- [The input]:
- Opening Delimiter -
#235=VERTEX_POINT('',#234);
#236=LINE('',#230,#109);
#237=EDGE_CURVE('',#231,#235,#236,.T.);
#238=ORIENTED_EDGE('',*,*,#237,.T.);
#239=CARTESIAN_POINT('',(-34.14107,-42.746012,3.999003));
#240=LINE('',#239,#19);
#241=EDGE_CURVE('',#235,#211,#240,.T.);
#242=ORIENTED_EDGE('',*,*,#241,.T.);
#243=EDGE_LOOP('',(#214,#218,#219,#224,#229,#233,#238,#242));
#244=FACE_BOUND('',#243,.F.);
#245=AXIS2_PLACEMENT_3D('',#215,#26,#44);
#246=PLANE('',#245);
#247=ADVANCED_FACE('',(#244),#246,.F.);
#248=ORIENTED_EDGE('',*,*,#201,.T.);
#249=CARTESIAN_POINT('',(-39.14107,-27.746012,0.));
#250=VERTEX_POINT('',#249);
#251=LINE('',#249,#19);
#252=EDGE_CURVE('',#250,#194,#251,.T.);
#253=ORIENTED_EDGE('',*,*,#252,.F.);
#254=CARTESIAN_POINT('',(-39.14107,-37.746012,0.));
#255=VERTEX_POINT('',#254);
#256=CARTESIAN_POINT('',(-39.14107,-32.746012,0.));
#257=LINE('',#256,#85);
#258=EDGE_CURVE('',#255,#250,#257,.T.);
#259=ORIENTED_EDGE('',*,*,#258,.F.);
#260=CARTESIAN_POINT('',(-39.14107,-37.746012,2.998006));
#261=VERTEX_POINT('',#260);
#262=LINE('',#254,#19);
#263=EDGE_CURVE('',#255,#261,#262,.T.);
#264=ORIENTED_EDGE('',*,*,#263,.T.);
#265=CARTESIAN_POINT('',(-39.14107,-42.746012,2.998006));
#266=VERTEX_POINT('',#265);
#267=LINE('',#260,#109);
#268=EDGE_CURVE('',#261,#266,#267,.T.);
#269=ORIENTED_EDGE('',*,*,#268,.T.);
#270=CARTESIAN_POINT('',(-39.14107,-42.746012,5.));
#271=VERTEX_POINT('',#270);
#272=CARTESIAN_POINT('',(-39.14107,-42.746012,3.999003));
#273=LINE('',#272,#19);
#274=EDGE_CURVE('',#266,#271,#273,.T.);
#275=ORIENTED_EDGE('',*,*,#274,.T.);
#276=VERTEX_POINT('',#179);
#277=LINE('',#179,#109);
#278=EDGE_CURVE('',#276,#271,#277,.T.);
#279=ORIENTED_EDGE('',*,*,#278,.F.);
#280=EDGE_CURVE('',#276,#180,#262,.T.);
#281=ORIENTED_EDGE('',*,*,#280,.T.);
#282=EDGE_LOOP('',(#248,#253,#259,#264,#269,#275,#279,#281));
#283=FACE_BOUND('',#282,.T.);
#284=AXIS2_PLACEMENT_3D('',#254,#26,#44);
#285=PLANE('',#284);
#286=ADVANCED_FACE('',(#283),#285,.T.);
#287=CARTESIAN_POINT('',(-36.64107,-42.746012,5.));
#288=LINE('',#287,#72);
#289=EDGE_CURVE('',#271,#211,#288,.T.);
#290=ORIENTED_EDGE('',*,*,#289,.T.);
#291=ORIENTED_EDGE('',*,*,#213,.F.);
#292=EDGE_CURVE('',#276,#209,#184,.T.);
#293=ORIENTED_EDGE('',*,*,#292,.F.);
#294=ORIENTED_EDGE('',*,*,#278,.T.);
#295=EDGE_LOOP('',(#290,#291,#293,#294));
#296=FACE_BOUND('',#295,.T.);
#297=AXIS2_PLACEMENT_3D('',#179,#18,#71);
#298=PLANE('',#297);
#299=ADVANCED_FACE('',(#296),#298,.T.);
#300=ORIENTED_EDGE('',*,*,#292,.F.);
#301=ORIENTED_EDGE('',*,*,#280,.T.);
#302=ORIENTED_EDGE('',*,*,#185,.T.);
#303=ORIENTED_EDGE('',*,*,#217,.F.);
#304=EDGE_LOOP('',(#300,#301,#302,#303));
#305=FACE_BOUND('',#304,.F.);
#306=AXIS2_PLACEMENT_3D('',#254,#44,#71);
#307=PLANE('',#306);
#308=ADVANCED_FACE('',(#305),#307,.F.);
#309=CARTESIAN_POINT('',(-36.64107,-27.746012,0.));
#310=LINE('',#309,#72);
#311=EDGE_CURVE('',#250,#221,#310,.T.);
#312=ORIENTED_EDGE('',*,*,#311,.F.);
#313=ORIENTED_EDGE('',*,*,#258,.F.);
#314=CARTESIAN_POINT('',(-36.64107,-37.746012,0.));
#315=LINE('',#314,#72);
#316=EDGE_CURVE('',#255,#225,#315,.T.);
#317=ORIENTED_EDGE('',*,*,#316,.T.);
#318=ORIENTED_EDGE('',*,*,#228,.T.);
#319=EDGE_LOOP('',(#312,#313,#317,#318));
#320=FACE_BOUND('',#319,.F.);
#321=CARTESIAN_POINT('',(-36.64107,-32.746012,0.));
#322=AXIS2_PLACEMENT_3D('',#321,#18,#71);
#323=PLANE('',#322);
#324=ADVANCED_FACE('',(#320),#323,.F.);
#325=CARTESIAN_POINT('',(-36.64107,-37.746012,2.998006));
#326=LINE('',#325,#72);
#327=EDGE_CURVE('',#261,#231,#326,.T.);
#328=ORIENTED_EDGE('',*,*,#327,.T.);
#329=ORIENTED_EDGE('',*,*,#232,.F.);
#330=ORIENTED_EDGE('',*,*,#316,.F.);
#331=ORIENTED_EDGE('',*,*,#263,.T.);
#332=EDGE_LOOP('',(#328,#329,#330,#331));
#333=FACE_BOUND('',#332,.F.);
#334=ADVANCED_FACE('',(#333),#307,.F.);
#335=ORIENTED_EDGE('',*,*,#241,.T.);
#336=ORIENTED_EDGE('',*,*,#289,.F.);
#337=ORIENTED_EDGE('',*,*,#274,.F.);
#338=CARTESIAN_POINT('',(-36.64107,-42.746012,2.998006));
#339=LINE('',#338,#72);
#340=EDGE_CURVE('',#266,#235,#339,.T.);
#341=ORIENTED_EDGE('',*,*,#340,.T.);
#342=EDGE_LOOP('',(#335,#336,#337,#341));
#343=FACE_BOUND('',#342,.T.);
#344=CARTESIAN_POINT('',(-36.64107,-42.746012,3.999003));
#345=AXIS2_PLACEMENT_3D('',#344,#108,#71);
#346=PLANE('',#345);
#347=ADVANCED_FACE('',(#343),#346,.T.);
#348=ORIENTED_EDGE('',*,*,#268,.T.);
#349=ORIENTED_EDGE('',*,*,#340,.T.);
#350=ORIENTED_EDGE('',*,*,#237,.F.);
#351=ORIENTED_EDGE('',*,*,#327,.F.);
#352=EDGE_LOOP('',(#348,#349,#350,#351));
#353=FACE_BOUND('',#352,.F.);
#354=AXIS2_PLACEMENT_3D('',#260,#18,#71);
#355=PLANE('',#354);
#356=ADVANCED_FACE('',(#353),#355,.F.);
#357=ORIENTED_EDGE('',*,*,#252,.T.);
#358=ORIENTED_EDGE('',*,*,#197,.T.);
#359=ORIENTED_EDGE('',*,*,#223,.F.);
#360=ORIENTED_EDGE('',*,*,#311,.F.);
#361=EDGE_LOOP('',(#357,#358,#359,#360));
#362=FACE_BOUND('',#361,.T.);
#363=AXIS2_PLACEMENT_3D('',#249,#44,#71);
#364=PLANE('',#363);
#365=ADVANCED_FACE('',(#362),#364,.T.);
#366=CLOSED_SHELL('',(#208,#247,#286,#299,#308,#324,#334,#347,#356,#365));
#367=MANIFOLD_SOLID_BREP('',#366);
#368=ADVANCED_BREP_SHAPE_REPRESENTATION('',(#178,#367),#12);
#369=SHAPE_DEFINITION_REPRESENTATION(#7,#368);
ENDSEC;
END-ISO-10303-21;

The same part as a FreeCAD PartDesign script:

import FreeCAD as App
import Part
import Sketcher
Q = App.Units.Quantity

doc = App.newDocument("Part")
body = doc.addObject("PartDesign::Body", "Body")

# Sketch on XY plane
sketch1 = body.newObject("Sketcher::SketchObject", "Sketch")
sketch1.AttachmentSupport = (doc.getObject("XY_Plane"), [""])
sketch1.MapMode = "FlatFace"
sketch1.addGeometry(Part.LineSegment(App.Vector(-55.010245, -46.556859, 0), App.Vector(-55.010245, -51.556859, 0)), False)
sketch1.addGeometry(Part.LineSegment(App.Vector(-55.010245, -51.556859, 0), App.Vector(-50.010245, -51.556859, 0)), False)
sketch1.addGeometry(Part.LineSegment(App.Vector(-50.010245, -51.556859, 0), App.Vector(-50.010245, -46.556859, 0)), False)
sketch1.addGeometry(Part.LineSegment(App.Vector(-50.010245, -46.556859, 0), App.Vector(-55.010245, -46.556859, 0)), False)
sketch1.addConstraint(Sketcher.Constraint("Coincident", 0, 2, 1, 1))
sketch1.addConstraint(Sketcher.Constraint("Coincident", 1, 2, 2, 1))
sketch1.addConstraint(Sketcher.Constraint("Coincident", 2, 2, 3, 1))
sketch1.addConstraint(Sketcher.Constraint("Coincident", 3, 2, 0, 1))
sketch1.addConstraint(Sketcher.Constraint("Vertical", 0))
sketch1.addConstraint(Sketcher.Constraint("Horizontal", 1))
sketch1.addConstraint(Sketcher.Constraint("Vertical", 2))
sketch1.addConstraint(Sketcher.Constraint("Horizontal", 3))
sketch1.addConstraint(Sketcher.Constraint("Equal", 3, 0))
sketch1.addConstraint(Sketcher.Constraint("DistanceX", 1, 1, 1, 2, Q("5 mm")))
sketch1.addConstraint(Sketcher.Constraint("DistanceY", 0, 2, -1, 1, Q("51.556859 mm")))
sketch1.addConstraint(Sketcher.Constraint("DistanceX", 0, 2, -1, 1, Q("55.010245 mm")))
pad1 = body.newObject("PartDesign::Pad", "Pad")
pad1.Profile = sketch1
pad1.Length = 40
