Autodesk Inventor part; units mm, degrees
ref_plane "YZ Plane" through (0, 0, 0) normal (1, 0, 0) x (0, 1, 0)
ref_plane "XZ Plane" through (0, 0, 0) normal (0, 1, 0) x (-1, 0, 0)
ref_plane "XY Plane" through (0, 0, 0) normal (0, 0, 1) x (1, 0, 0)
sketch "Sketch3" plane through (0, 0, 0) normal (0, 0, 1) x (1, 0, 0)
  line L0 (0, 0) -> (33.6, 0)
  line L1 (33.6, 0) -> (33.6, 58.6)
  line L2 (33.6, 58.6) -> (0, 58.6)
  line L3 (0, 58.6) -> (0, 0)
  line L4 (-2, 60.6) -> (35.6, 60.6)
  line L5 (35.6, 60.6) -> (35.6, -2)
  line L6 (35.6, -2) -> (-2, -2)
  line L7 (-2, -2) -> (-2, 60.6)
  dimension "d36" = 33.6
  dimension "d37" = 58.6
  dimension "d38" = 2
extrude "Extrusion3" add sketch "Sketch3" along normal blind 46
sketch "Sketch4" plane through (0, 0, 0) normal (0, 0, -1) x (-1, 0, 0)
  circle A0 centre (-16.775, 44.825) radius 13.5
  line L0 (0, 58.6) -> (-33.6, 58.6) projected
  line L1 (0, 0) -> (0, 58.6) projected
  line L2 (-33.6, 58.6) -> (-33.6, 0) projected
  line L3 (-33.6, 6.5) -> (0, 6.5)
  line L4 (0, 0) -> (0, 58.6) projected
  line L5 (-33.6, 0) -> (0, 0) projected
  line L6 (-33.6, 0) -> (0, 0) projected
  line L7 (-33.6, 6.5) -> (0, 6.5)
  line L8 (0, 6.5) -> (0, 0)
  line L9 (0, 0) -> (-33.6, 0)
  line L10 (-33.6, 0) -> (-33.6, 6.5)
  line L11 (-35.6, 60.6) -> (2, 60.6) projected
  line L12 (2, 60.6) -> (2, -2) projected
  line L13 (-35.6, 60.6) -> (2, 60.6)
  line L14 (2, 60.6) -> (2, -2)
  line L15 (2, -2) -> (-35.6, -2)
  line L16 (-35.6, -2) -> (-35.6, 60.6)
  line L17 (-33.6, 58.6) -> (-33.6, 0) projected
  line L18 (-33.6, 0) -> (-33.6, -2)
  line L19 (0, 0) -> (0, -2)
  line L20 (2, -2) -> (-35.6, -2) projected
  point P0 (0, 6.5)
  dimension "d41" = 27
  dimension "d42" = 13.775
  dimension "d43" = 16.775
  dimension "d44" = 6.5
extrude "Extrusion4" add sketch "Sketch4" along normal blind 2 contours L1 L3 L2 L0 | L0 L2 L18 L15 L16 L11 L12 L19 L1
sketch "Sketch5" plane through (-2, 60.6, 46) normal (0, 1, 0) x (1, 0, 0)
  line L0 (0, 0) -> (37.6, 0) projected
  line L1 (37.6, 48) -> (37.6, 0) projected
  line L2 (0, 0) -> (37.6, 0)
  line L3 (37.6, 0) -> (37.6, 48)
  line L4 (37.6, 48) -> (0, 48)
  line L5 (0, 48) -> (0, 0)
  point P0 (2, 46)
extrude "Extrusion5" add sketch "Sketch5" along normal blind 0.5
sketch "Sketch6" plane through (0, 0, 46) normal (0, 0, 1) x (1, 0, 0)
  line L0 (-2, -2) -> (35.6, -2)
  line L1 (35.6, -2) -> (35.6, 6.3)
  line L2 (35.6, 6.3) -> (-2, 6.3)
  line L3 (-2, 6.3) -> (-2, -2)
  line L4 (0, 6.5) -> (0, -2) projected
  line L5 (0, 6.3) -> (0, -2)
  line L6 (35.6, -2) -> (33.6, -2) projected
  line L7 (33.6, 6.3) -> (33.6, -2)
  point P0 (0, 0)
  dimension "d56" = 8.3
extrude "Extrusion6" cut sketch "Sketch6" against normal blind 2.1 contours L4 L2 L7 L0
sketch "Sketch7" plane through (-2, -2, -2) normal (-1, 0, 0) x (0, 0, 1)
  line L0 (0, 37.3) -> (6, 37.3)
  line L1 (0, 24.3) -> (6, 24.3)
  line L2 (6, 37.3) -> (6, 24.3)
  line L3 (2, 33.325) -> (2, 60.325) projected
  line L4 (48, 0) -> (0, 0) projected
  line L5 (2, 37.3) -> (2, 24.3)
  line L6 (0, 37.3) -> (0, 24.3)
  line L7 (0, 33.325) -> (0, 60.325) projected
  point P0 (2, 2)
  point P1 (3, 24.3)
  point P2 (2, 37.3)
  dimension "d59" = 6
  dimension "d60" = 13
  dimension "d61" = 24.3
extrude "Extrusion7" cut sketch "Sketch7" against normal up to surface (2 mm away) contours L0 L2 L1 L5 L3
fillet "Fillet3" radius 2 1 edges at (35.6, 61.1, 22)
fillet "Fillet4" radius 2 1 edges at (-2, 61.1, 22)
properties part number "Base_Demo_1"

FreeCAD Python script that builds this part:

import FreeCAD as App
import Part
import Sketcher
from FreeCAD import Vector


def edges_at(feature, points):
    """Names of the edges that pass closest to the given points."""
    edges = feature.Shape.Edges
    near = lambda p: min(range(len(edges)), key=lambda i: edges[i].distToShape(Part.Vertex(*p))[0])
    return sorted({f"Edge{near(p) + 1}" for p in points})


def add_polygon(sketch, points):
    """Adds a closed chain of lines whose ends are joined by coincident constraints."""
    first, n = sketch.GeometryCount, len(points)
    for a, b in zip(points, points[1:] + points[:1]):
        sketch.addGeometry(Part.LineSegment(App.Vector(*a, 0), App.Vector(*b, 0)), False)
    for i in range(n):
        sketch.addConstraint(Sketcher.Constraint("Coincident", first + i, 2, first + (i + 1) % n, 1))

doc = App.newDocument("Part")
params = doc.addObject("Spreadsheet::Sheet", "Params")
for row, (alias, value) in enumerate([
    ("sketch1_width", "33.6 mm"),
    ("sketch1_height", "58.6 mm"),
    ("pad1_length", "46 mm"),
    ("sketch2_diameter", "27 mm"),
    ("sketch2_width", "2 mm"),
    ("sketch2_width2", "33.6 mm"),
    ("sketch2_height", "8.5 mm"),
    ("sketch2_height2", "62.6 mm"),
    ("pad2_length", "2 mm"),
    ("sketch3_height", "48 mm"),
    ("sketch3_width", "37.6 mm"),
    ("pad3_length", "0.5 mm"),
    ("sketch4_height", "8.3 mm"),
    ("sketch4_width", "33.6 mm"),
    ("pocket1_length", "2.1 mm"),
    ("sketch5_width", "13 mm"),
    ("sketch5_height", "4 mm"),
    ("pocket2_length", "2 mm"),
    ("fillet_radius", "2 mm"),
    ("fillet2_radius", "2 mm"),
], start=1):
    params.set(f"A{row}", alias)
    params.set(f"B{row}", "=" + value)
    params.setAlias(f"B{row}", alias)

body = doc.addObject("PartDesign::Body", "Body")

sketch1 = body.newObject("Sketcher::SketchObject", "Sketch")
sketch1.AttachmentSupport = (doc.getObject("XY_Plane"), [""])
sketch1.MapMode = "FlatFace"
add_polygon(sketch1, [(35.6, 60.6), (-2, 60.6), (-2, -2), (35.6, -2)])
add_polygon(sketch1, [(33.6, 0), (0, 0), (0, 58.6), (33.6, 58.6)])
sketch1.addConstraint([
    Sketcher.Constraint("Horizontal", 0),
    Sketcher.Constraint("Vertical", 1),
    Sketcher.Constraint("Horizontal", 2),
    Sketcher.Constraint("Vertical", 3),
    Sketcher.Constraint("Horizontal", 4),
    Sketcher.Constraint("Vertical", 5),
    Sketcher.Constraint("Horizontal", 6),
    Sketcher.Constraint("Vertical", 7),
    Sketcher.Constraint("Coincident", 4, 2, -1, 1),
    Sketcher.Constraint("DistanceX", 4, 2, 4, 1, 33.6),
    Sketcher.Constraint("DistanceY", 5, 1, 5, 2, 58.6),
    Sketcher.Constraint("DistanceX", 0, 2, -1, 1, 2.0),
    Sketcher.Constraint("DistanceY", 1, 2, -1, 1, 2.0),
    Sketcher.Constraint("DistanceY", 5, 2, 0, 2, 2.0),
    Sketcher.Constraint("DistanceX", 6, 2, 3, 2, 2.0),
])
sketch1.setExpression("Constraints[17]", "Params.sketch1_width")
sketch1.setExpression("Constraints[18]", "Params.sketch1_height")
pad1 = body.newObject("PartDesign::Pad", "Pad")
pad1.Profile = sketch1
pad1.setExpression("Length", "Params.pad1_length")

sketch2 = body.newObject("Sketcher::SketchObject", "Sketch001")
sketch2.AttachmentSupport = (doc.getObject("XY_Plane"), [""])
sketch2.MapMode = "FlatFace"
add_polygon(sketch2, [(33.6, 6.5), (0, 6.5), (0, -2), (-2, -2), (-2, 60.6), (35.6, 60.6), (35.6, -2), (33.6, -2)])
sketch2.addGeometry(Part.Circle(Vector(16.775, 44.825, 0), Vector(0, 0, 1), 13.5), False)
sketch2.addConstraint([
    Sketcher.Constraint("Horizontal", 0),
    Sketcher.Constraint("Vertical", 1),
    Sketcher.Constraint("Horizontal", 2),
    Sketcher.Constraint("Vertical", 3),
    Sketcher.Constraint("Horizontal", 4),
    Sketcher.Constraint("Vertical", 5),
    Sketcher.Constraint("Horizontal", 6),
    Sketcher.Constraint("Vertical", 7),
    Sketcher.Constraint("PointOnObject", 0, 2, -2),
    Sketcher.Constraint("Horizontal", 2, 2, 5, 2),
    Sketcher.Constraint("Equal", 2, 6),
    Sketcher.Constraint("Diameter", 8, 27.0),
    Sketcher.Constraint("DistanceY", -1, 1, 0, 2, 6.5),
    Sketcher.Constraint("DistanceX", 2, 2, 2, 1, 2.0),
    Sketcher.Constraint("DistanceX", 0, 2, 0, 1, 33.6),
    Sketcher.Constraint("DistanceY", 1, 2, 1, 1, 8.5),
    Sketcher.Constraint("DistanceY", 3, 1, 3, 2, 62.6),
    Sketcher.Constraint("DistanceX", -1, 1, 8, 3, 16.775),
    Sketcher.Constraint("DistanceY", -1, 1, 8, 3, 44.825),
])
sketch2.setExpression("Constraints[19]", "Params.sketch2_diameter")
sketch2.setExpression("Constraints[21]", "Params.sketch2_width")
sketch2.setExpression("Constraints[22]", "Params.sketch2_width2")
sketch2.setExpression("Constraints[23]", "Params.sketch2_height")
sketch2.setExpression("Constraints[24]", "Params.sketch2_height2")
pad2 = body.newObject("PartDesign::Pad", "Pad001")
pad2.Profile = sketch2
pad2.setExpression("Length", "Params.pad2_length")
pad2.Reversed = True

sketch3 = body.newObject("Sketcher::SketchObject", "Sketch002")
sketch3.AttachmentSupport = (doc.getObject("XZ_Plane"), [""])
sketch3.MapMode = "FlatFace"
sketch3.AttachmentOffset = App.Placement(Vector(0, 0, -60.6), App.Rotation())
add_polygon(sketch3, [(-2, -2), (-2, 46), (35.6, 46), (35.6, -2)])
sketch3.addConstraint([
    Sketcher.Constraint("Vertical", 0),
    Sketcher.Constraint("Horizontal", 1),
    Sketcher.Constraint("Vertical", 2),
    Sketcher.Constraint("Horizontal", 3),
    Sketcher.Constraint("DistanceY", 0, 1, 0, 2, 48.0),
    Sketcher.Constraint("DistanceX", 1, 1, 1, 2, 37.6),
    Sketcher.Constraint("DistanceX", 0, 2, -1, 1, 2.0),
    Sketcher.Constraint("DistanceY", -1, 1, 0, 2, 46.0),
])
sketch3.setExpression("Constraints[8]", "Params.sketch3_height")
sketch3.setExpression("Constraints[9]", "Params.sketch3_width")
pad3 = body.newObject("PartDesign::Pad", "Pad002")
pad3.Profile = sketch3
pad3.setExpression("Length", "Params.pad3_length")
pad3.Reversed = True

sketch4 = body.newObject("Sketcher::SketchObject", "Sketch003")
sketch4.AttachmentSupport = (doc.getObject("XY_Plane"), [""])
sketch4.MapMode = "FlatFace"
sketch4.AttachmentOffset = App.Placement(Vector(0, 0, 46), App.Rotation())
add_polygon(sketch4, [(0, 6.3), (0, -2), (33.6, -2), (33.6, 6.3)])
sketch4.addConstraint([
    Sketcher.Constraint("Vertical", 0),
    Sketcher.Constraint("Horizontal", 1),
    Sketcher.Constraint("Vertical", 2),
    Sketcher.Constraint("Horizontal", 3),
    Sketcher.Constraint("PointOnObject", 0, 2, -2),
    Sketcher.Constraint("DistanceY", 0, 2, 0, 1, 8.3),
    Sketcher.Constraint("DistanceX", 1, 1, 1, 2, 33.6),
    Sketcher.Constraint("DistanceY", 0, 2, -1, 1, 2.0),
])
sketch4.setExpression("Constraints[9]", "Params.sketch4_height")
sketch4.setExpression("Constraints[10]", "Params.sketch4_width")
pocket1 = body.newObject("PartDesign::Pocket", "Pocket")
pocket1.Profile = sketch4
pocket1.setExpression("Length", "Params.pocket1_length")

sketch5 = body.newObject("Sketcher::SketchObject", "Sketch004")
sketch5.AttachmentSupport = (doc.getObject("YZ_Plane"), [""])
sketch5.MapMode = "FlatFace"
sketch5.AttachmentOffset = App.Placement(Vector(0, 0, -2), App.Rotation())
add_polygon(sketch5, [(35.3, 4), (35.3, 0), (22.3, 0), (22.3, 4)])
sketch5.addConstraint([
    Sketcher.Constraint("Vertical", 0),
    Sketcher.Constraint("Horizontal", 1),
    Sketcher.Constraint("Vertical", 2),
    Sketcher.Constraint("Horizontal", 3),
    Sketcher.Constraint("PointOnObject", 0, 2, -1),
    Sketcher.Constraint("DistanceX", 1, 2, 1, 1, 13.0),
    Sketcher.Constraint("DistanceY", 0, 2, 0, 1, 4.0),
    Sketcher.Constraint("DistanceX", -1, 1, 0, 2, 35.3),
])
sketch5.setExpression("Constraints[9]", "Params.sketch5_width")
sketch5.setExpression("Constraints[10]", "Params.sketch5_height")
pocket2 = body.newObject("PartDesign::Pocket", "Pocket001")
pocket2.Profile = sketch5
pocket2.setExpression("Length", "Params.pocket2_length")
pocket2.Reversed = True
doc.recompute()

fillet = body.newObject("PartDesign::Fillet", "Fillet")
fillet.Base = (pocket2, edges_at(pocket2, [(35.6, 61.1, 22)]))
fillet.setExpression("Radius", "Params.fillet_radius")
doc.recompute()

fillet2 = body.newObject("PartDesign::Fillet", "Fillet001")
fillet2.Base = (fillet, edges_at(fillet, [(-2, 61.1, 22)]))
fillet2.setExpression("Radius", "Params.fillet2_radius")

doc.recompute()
- Closing Delimiter -
- [Your task]: The listing above holds a line with "line L5 (35.6, 60.6) -> (35.6, -2)" and a line with "L11 L12 L19 L1". Print the stretch from the first through the second, exactly and alone.

- [Response to the exercise]:
  line L5 (35.6, 60.6) -> (35.6, -2)
  line L6 (35.6, -2) -> (-2, -2)
  line L7 (-2, -2) -> (-2, 60.6)
  dimension "d36" = 33.6
  dimension "d37" = 58.6
  dimension "d38" = 2
extrude "Extrusion3" add sketch "Sketch3" along normal blind 46
sketch "Sketch4" plane through (0, 0, 0) normal (0, 0, -1) x (-1, 0, 0)
  circle A0 centre (-16.775, 44.825) radius 13.5
  line L0 (0, 58.6) -> (-33.6, 58.6) projected
  line L1 (0, 0) -> (0, 58.6) projected
  line L2 (-33.6, 58.6) -> (-33.6, 0) projected
  line L3 (-33.6, 6.5) -> (0, 6.5)
  line L4 (0, 0) -> (0, 58.6) projected
  line L5 (-33.6, 0) -> (0, 0) projected
  line L6 (-33.6, 0) -> (0, 0) projected
  line L7 (-33.6, 6.5) -> (0, 6.5)
  line L8 (0, 6.5) -> (0, 0)
  line L9 (0, 0) -> (-33.6, 0)
  line L10 (-33.6, 0) -> (-33.6, 6.5)
  line L11 (-35.6, 60.6) -> (2, 60.6) projected
  line L12 (2, 60.6) -> (2, -2) projected
  line L13 (-35.6, 60.6) -> (2, 60.6)
  line L14 (2, 60.6) -> (2, -2)
  line L15 (2, -2) -> (-35.6, -2)
  line L16 (-35.6, -2) -> (-35.6, 60.6)
  line L17 (-33.6, 58.6) -> (-33.6, 0) projected
  line L18 (-33.6, 0) -> (-33.6, -2)
  line L19 (0, 0) -> (0, -2)
  line L20 (2, -2) -> (-35.6, -2) projected
  point P0 (0, 6.5)
  dimension "d41" = 27
  dimension "d42" = 13.775
  dimension "d43" = 16.775
  dimension "d44" = 6.5
extrude "Extrusion4" add sketch "Sketch4" along normal blind 2 contours L1 L3 L2 L0 | L0 L2 L18 L15 L16 L11 L12 L19 L1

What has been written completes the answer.